Roberto Tardelli achou por bem utilizar o espaço de que dispõe para ensinar como os judeus devem se comportar. Para dizer o que devem fazer ou deixar de fazer. Para indicar de que forma devem resistir ao fascismo, que vai ganhando terreno na sociedade brasileira. Sabe o nome disso?

Por Daniel Douek, do Justificando 

O autor vai além. Despreza os judeus que resistiram. Os coloca do mesmo lado daqueles que riram. Afirma que sua contribuição foi a de “elevar ainda mais o tom do genocida palestrante”.

Protesto em frente ao Clube A Hebraica, do Rio de Janeiro. Foto: Ramon Aquim/Mídia NINJA.

Quer dizer que as baboseiras criminosas que o inominável deputado vomitava para uma plateia de gente preconceituosa são de responsabilidade dos judeus, e só dos judeus? Que os judeus que resistiam “nada mais faziam do que sua obrigação”? Que os judeus “deveriam ter invadido o recinto e esmurrado” aquela gente?

E por quê? Por causa de sua história?

Aqui entre nós, talvez seja o caso de dizer o óbvio: campo de concentração não é escola de direitos humanos. Ao contrário, desumaniza; corrói corações, mentes e almas; dilacera a fé nos homens e na própria possibilidade de humanidade; deixa marcas indeléveis, que perduram mesmo entre gerações que não vivenciaram o extermínio; não é atalho para a vida digna, mas um obstáculo a ser transposto.
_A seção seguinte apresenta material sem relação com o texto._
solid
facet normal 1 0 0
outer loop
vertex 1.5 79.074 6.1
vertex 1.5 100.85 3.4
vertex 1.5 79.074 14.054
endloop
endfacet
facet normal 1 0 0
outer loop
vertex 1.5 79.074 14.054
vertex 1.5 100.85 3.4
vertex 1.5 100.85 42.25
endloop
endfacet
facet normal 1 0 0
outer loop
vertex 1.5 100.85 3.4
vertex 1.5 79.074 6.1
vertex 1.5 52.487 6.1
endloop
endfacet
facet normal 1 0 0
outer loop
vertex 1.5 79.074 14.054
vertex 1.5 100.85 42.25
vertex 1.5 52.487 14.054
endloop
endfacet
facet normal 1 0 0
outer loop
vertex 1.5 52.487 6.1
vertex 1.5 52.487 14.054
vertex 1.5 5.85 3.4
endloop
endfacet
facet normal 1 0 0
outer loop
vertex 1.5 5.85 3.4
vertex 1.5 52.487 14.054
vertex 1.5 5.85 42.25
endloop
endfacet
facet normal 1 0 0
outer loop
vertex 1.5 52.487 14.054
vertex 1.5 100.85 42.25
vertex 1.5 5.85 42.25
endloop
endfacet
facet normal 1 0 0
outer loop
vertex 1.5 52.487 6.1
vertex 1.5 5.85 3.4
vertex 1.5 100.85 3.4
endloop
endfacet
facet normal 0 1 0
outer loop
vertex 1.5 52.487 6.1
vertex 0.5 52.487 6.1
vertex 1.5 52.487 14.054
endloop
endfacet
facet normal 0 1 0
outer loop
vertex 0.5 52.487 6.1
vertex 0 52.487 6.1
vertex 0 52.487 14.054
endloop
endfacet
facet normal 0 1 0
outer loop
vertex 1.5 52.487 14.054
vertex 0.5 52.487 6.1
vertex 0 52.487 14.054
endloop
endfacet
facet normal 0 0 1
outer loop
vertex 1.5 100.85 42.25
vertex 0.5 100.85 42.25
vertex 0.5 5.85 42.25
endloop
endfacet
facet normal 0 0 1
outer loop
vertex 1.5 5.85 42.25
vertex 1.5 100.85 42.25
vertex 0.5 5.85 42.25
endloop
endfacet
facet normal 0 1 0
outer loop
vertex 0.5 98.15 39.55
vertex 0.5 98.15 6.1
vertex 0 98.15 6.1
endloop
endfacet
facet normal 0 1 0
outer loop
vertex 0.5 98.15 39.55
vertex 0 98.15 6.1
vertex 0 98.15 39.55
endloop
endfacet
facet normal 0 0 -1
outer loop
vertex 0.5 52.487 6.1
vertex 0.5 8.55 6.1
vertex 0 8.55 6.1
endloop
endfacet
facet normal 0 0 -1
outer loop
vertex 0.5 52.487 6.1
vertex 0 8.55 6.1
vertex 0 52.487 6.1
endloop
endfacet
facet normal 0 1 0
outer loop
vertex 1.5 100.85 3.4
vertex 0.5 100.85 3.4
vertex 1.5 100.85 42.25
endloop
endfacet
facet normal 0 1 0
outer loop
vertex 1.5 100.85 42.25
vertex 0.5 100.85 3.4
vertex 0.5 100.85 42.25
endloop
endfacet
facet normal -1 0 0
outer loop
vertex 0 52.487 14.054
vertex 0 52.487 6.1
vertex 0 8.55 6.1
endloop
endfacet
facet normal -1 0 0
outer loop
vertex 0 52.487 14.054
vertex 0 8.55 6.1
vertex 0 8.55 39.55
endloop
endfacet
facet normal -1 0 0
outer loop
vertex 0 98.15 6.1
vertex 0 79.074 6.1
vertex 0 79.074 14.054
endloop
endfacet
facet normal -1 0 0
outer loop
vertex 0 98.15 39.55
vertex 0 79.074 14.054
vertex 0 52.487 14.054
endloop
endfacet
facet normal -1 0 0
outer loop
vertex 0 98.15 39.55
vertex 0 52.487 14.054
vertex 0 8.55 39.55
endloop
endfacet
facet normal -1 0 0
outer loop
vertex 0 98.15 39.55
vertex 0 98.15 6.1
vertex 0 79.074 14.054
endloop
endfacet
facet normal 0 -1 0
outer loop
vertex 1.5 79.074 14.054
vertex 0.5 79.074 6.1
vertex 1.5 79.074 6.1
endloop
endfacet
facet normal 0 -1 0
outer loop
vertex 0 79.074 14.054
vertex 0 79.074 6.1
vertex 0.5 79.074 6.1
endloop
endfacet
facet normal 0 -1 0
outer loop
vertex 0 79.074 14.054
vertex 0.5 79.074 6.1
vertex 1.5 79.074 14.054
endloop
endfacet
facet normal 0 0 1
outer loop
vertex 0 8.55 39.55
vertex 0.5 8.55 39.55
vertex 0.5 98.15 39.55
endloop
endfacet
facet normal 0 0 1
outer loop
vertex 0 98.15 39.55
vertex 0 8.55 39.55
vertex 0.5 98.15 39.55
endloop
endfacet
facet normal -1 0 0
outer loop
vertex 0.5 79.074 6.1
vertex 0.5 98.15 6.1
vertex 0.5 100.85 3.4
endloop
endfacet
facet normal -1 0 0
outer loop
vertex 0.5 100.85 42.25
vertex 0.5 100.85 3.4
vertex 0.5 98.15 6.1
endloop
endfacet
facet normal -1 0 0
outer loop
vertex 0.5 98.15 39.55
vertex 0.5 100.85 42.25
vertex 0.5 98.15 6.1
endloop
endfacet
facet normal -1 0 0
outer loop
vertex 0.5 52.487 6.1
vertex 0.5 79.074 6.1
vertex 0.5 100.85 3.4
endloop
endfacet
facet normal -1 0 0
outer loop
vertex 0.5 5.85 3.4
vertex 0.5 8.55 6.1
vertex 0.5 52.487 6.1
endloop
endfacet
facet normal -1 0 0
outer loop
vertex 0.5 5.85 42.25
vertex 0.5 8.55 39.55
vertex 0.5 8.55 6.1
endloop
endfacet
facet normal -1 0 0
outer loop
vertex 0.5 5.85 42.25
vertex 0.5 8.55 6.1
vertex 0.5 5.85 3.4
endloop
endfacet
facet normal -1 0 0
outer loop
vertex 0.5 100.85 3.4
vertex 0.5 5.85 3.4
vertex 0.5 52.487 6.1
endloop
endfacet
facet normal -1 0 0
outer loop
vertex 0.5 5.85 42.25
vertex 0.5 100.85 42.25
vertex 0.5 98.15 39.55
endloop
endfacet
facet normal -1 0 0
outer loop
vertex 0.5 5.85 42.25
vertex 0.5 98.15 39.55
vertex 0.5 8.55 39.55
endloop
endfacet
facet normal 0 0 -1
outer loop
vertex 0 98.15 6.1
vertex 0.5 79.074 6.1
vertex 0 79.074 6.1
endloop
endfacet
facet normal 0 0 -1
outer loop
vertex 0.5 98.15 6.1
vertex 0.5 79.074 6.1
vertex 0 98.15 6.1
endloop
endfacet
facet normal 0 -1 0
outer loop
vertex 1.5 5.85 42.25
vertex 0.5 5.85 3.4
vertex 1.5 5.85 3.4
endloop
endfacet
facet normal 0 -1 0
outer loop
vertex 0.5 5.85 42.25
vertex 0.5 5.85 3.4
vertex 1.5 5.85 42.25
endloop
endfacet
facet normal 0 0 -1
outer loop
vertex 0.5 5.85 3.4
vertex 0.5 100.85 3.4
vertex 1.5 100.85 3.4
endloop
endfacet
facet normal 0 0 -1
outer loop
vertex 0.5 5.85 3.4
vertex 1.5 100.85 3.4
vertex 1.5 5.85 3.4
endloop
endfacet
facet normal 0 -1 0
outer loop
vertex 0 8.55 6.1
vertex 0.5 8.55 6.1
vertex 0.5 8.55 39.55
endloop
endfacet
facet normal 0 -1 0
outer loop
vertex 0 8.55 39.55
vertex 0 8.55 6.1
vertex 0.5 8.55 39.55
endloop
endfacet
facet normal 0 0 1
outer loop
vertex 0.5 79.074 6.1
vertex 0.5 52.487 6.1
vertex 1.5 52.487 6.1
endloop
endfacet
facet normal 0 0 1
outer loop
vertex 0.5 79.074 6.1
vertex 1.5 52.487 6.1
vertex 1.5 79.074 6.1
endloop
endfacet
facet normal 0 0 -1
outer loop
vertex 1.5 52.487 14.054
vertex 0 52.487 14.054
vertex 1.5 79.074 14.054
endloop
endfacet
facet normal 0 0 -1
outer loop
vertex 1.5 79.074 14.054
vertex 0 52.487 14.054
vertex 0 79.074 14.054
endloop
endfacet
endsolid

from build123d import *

# Parameters (mm, degrees)
SKETCH_1_W          = 95
SKETCH_1_H          = 38.85
EXTRUDE_1_DEPTH     = 1
SKETCH_2_W          = 33.45
SKETCH_2_H          = 89.6
EXTRUDE_2_DEPTH     = 0.5
SKETCH_3_W          = 7.954176302
SKETCH_3_H          = 26.586882205
CUT_EXTRUDE_1_DEPTH = 2


with BuildPart() as part:
    # Эскиз1 → Бобышка-Вытянуть1 (new body)
    with BuildSketch(Plane(origin=(0.5, 0, 0), x_dir=(0, -1, 0), z_dir=(-1, 0, 0))):
        with Locations((-53.35, 22.825)):
            Rectangle(SKETCH_1_W, SKETCH_1_H)
    extrude(amount=-EXTRUDE_1_DEPTH)

    # Эскиз2 → Бобышка-Вытянуть2 (add)
    with BuildSketch(Plane.ZY.offset(-0.5)):
        with Locations((22.825, 53.35)):
            Rectangle(SKETCH_2_W, SKETCH_2_H)
    extrude(amount=EXTRUDE_2_DEPTH)

    # Эскиз3 → Вырез-Вытянуть1 (cut)
    with BuildSketch(Plane.ZY):
        with Locations((10.077088151, 65.780778583)):
            Rectangle(SKETCH_3_W, SKETCH_3_H)
    extrude(amount=-CUT_EXTRUDE_1_DEPTH, mode=Mode.SUBTRACT)


solid = part.part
Deviam os judeus ter aprendido algo? Os judeus? O equívoco da pressuposição está na transferência, às vítimas, da responsabilidade pelo aprendizado, seja lá do que for.

Há alguns anos, ao discutir a afirmação deplorável de que “os judeus não aprenderam nada com o holocausto”, o pedagogo — e irmão caçula  – Gabriel Douek foi certeiro:

O que está por trás deste tipo de afirmação é a crença de que o assassinato de 6 milhões de judeus durante a Segunda Guerra Mundial ocorreu para ensinar algo a esse povo.
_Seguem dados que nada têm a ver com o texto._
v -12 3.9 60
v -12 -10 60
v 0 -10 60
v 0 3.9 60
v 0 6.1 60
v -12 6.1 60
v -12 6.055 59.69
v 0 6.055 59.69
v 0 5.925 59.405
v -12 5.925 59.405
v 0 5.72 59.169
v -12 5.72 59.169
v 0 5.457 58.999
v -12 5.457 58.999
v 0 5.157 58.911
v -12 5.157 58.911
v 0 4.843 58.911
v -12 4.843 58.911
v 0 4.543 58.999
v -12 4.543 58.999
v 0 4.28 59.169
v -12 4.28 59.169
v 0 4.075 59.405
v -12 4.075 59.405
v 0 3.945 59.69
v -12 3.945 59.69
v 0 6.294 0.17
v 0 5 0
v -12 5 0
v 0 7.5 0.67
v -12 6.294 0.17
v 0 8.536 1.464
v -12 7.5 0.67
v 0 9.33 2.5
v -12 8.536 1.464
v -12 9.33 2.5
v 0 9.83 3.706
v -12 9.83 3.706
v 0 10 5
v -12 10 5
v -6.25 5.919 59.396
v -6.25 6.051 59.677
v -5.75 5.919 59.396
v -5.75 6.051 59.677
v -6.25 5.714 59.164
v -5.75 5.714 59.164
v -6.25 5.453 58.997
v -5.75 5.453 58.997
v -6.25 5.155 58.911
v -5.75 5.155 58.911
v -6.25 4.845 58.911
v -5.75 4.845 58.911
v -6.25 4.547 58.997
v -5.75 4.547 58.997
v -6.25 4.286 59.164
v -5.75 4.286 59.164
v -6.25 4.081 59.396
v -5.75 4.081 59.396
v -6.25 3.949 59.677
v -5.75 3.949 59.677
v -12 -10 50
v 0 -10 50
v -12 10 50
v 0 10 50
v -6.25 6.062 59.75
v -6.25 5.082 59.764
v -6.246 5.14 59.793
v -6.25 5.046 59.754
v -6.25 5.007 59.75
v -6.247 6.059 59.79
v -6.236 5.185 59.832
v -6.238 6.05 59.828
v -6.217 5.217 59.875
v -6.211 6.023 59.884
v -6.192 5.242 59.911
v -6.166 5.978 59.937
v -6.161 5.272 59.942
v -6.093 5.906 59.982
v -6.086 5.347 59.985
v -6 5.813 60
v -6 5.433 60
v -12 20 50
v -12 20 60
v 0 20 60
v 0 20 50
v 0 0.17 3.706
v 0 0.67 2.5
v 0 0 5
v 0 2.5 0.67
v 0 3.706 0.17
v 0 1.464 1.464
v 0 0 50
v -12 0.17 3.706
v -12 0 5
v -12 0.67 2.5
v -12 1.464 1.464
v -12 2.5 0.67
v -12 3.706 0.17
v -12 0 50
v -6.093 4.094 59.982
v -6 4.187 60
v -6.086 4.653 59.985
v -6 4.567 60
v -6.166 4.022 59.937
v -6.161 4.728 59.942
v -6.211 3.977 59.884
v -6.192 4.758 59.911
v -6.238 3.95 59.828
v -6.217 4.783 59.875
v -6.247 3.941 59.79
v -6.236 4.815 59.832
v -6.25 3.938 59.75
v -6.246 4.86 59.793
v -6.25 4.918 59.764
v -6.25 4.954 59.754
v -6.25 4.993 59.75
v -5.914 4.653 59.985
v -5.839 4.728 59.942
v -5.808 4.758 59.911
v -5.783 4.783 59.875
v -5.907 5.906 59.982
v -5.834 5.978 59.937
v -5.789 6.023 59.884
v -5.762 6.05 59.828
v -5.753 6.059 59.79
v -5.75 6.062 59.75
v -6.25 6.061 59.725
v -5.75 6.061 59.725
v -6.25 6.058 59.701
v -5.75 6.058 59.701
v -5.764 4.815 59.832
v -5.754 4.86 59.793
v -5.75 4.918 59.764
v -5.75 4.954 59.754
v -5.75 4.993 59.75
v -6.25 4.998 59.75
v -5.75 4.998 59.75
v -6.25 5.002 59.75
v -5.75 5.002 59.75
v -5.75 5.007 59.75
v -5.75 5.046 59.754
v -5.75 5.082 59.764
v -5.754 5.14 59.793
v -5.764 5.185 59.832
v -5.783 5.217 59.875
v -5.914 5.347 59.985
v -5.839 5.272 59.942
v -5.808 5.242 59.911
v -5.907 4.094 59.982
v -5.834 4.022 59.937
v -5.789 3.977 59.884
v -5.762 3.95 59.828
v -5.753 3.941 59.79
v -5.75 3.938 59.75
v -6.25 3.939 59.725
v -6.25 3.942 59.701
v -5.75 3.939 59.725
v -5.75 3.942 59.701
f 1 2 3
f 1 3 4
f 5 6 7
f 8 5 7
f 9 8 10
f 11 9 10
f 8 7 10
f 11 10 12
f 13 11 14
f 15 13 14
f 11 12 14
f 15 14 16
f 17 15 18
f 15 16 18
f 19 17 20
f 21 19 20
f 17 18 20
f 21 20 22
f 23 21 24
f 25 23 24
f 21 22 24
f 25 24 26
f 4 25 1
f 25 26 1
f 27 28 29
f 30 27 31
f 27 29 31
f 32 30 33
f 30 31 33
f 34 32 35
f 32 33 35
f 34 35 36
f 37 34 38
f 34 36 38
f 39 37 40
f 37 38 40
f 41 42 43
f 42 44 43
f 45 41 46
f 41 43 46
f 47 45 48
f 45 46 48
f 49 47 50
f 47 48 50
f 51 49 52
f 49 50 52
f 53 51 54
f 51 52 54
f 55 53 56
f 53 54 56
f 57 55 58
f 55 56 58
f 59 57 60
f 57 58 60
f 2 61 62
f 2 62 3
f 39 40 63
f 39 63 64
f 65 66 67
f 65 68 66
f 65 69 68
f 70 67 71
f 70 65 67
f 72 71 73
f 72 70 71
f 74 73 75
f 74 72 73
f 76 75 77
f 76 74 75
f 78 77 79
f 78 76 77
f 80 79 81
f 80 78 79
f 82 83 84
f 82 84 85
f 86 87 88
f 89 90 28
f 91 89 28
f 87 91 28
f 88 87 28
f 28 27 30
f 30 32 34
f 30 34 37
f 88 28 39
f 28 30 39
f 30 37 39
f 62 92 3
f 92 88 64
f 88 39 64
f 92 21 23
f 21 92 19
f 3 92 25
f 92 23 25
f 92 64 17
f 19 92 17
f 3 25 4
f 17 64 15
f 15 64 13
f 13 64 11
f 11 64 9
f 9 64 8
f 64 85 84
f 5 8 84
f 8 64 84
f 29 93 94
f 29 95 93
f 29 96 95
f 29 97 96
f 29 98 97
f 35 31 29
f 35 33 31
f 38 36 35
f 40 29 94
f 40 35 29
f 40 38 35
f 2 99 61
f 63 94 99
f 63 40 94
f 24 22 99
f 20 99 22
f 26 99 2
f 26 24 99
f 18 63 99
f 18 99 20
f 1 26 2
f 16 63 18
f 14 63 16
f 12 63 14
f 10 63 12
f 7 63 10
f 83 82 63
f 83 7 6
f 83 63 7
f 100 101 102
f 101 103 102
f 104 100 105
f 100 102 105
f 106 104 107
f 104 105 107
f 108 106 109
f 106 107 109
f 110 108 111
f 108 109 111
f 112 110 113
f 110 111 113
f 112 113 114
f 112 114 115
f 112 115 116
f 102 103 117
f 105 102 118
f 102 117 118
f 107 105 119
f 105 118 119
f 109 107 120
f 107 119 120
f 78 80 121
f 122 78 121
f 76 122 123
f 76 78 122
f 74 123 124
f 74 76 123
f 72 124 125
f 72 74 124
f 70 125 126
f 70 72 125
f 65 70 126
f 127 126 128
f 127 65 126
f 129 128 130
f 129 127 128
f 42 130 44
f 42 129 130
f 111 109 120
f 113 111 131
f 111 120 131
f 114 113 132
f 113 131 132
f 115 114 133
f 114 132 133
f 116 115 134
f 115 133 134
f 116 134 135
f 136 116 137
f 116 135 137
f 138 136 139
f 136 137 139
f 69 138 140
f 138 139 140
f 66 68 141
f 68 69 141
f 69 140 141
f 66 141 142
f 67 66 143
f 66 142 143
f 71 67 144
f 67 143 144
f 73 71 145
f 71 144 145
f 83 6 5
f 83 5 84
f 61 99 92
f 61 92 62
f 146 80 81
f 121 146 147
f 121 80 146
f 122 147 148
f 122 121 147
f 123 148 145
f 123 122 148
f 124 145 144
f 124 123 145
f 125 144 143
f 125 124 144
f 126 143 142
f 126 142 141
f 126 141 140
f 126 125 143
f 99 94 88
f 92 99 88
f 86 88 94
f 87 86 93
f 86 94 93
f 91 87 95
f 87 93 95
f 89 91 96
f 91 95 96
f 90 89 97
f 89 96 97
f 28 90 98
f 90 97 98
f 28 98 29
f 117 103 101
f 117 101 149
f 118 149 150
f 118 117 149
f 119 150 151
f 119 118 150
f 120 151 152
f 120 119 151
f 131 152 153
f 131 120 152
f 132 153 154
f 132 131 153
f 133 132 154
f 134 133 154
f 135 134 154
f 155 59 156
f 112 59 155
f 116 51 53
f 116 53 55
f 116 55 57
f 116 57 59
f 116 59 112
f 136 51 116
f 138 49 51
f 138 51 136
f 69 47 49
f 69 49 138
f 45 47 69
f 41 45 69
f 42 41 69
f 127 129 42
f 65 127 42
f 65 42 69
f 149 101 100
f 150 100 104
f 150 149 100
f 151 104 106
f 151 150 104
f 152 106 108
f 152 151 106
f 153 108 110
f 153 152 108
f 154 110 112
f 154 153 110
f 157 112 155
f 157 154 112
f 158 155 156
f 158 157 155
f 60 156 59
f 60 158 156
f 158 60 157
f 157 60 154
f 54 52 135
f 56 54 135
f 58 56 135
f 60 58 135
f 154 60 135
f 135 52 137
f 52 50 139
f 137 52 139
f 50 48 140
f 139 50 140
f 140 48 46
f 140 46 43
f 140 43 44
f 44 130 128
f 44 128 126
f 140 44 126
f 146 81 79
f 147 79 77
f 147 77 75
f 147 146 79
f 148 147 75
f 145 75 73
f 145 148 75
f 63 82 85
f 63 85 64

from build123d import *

# Parameters (mm, degrees)
SKETCH_1_W          = 12
SKETCH_1_H          = 10
EXTRUDE_1_DEPTH     = 60
CUT_EXTRUDE_3_DEPTH = 60
EXTRUDE_2_DEPTH     = 12
SKETCH_4_R          = 1.1
CUT_EXTRUDE_4_DEPTH = 12
EXTRUDE_3_DEPTH     = 0.25
SKETCH_6_R          = 0.25
CUT_EXTRUDE_5_DEPTH = 1.5
FILLET_1_R          = 0.25


with BuildPart() as part:
    # 草图1 → 凸台-拉伸1 (new body)
    with BuildSketch(Plane.XY):
        with Locations((-6, 5)):
            Rectangle(SKETCH_1_W, SKETCH_1_H)
    extrude(amount=EXTRUDE_1_DEPTH)

    # 草图2 → 切除-拉伸3 (cut)
    with BuildSketch(Plane.ZY.offset(12)):
        with BuildLine():
            ThreePointArc((0, 5), (1.464466094, 8.535533906), (5, 10))
            Line((5, 10), (0, 10))
            Line((0, 10), (0, 5))
        make_face()
        with BuildLine():
            ThreePointArc((5, 0), (1.464466094, 1.464466094), (0, 5))
            Line((0, 5), (0, 0))
            Line((0, 0), (5, 0))
        make_face()
    extrude(amount=-CUT_EXTRUDE_3_DEPTH, mode=Mode.SUBTRACT)

    # 草图3 → 凸台-拉伸2 (add)
    with BuildSketch(Plane.ZY.offset(12)):
        Polygon((60, 5), (60, 20), (50, 20), (50, -10), (60, -10), align=None)
    extrude(amount=-EXTRUDE_2_DEPTH)

    # 草图4 → 切除-拉伸4 (cut)
    with BuildSketch(Plane.ZY.offset(12)):
        with Locations((60, 5)):
            Circle(SKETCH_4_R)
    extrude(amount=-CUT_EXTRUDE_4_DEPTH, mode=Mode.SUBTRACT)


with BuildPart() as body_2:
    # 草图5 → 凸台-拉伸3 (new, symmetric)
    with BuildSketch(Plane(origin=(-6, 0, 0), x_dir=(0, 0, -1), z_dir=(1, 0, 0))):
        with BuildLine():
            Line((-60, 3.9), (-60, 4.75))
            Line((-60, 4.75), (-60, 5.25))
            Line((-60, 5.25), (-60, 6.1))
            ThreePointArc((-60, 6.1), (-58.9, 5), (-60, 3.9))
        make_face()
    extrude(amount=EXTRUDE_3_DEPTH, both=True)

    # 草图6 → 切除-拉伸5 (cut, symmetric)
    with BuildSketch(Plane(origin=(-6, 0, 0), x_dir=(0, 0, -1), z_dir=(1, 0, 0))):
        with Locations((-60, 5)):
            Circle(SKETCH_6_R)
    extrude(amount=CUT_EXTRUDE_5_DEPTH, both=True, mode=Mode.SUBTRACT)

    # 圆角1
    fillet_1_edges = [body_2.edges().sort_by_distance(p)[0] for p in [
        (-6.25, 4.325, 60),
        (-6.25, 5.675, 60),
        (-6, 6.1, 60),
        (-6, 3.9, 60),
        (-5.75, 4.325, 60),
        (-5.75, 5.675, 60),
        (-6, 5.25, 60),
        (-6, 4.75, 60),
    ]]
    fillet(fillet_1_edges, radius=FILLET_1_R - 0.0001)  # a hair under: the kernel refuses the full size


solid = Compound([part.part, body_2.part])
Assim, dizer que os judeus deveriam ter aprendido algo, e não aprenderam, é conceber o genocídio judaico como uma espécie de “lição” ou “castigo” que não surtiu efeito. E ainda mais: é afirmar que o holocausto não foi suficiente.

Para superar a dor e curar o trauma, é preciso um esforço diário. Apesar de tudo, a aposta humanista segue viva e estava bem ali, para quem quisesse ver, no grito desesperado de todos aqueles que protestavam, do lado de fora do auditório.

Quem exige (ou reivindica) a superioridade moral dos judeus devido à sua experiência histórica talvez não perceba, mas a ideia se sustenta na concepção fascista de que “a violência educa”.

Sabe quem se vale dessa lógica? Justamente aquele a quem devemos interditar.

Daniel Douek é Cientista Social, mestre em Letras pelo programa de Estudos Judaicos e Árabes da USP.